Um momento decisivo está prestes a acontecer na Câmara de Curitiba na próxima segunda-feira (18). Os vereadores da casa irão votar e decidir se a vereadora Professora Angela (PSOL) deve ou não perder o mandato. A vereadora é acusd de fazer apologia ao uso de drogas durante uma audiência pública na própria Câmara, quando distribuiu uma cartilha de redução de danos. Nela estavam orientações para pessoas que já usam susbtâncias como maconha, cocaína e ecstasy. Porém, a vereadora á afirmou que a finalidade da cartilha seja o incentivo as drogas, mas sim, informar sobre formas mais seguras de consumo para evitar riscos à saúde.
Para que o mandato da vereadora seja vetado é necessário 26 votos dos 38 vereadores.
Um fato que pode ajudar na decisão é que a maior parte da Câmara de Curitiba é formada por parlamentares de direita e extrema-direita, já a esquerda tem poucos números, sendo um delas a própria Angela. Por isso o cenário é considerado difícil para a vereadora.
Mesmo assim, alguns vereadores de direita apontados como mais moderados estariam tentando negociar uma punição mais leve, como suspensão temporária. O Regimento Interno permite diferentes tipos de pena, desde advertência até a cassação definitiva. A recomendação inicial da comissão processante, formada por três vereadores, porém, foi pela perda do mandato.
O caso ganhou força por causa do clima de tensão na Câmara, marcada por brigas entre grupos políticos opostos. Angela e o relator do processo, vereador Olímpio Araújo Júnior (PL), já trocaram acusações. Ele chegou a chamar a organização feminista ligada à vereadora de “terrorista” e disse que o PSOL seria “partido de traficantes”. Angela também já acionou a Corregedoria contra essas declarações, mas o caso está parado.

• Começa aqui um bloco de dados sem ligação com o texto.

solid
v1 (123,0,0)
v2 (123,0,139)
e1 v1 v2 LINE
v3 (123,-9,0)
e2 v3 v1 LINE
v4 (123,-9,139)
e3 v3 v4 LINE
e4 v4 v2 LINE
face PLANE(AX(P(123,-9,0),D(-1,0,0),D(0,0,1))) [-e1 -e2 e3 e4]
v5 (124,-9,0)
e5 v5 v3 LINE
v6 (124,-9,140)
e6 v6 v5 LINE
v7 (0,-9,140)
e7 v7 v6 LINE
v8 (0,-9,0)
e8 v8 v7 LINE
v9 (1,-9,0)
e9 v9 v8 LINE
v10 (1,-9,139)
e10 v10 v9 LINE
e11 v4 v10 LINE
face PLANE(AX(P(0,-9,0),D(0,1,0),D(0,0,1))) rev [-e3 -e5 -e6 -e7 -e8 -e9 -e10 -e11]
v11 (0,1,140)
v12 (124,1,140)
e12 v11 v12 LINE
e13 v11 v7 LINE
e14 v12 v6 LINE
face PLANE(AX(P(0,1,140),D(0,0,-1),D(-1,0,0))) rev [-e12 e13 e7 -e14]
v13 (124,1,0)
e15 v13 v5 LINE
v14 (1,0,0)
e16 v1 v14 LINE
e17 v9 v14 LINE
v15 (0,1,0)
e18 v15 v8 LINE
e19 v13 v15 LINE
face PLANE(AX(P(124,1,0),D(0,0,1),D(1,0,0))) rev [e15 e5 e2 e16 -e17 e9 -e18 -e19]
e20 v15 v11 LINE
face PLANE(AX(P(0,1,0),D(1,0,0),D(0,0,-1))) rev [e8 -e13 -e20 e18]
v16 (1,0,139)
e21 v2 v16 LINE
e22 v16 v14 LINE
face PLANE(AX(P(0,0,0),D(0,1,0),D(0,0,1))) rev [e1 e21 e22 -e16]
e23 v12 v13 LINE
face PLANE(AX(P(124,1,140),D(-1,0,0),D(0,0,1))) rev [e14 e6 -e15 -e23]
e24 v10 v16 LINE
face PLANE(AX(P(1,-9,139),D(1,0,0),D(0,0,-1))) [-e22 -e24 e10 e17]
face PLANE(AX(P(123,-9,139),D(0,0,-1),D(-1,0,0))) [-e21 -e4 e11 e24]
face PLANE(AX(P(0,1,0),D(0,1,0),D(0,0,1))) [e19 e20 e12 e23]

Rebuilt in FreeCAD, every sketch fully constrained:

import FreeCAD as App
import Part
import Sketcher

V = App.Vector
Q = App.Units.Quantity


def add_polygon(sketch, points):
    """Adds a closed chain of lines whose ends are joined by coincident constraints."""
    first, n = sketch.GeometryCount, len(points)
    for a, b in zip(points, points[1:] + points[:1]):
        sketch.addGeometry(Part.LineSegment(App.Vector(*a, 0), App.Vector(*b, 0)), False)
    for i in range(n):
        sketch.addConstraint(Sketcher.Constraint("Coincident", first + i, 2, first + (i + 1) % n, 1))

doc = App.newDocument("Part")
params = doc.addObject("Spreadsheet::Sheet", "Params")
for row, (alias, value) in enumerate([
    ("sketch1_width", "124 mm"),
    ("sketch1_height", "140 mm"),
    ("pad1_length", "1 mm"),
    ("sketch2_width", "124 mm"),
    ("sketch2_width2", "1 mm"),
    ("sketch2_height", "140 mm"),
    ("sketch2_height2", "139 mm"),
    ("pad2_length", "10 mm"),
], start=1):
    params.set(f"A{row}", alias)
    params.set(f"B{row}", "=" + value)
    params.setAlias(f"B{row}", alias)

body = doc.addObject("PartDesign::Body", "Body")

sketch1 = doc.addObject("Sketcher::SketchObject", "Sketch")
body.addObject(sketch1)
sketch1.AttachmentSupport = (doc.XZ_Plane, [""])
sketch1.MapMode = "FlatFace"
add_polygon(sketch1, [(0, 0), (0, 140), (124, 140), (124, 0)])
sketch1.addConstraint(Sketcher.Constraint("Vertical", 0))
sketch1.addConstraint(Sketcher.Constraint("Horizontal", 1))
sketch1.addConstraint(Sketcher.Constraint("Vertical", 2))
sketch1.addConstraint(Sketcher.Constraint("Horizontal", 3))
sketch1.addConstraint(Sketcher.Constraint("Coincident", 3, 2, -1, 1))
sketch1.addConstraint(Sketcher.Constraint("DistanceX", 1, 1, 1, 2, Q("124 mm")))
sketch1.addConstraint(Sketcher.Constraint("DistanceY", 0, 1, 0, 2, Q("140 mm")))
sketch1.setExpression("Constraints[9]", "Params.sketch1_width")
sketch1.setExpression("Constraints[10]", "Params.sketch1_height")
pad1 = doc.addObject("PartDesign::Pad", "Pad")
body.addObject(pad1)
pad1.Profile = sketch1
pad1.setExpression("Length", "Params.pad1_length")
pad1.Reversed = True

sketch2 = doc.addObject("Sketcher::SketchObject", "Sketch001")
body.addObject(sketch2)
sketch2.AttachmentSupport = (doc.XZ_Plane, [""])
sketch2.MapMode = "FlatFace"
sketch2.AttachmentOffset = App.Placement(V(0, 0, -1), App.Rotation())
add_polygon(sketch2, [(0, 0), (0, 140), (124, 140), (124, 0), (123, 0), (123, 139), (1, 139), (1, 0)])
sketch2.addConstraint(Sketcher.Constraint("Vertical", 0))
sketch2.addConstraint(Sketcher.Constraint("Horizontal", 1))
sketch2.addConstraint(Sketcher.Constraint("Vertical", 2))
sketch2.addConstraint(Sketcher.Constraint("Horizontal", 3))
sketch2.addConstraint(Sketcher.Constraint("Vertical", 4))
sketch2.addConstraint(Sketcher.Constraint("Horizontal", 5))
sketch2.addConstraint(Sketcher.Constraint("Vertical", 6))
sketch2.addConstraint(Sketcher.Constraint("Horizontal", 7))
sketch2.addConstraint(Sketcher.Constraint("Coincident", 7, 2, -1, 1))
sketch2.addConstraint(Sketcher.Constraint("PointOnObject", 2, 2, -1))
sketch2.addConstraint(Sketcher.Constraint("Equal", 3, 7))
sketch2.addConstraint(Sketcher.Constraint("DistanceX", 1, 1, 1, 2, Q("124 mm")))
sketch2.addConstraint(Sketcher.Constraint("DistanceX", 3, 2, 3, 1, Q("1 mm")))
sketch2.addConstraint(Sketcher.Constraint("DistanceY", 0, 1, 0, 2, Q("140 mm")))
sketch2.addConstraint(Sketcher.Constraint("DistanceY", 4, 1, 4, 2, Q("139 mm")))
sketch2.setExpression("Constraints[19]", "Params.sketch2_width")
sketch2.setExpression("Constraints[20]", "Params.sketch2_width2")
sketch2.setExpression("Constraints[21]", "Params.sketch2_height")
sketch2.setExpression("Constraints[22]", "Params.sketch2_height2")
pad2 = doc.addObject("PartDesign::Pad", "Pad001")
body.addObject(pad2)
pad2.Profile = sketch2
pad2.setExpression("Length", "Params.pad2_length")

doc.recompute()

Angela ficou conhecida nacionalmente em 2015, quando se ajoelhou em frente ao Batalhão de Choque durante o ataque da Polícia Militar a professores, no episódio que ficou marcado como o “29 de Abril”. As fotos dela no momento se tornaram símbolo da resistência dos profissionais da educação.
Se o plenário decidir pela cassação, a defesa da vereadora já avisou que vai acionar a Justiça. O advogado Guilherme Gonçalves, que representa Angela, foi o mesmo responsável por reverter, no Judiciário, a cassação do mandato do ex-vereador Renato Freitas (PT) em 2022.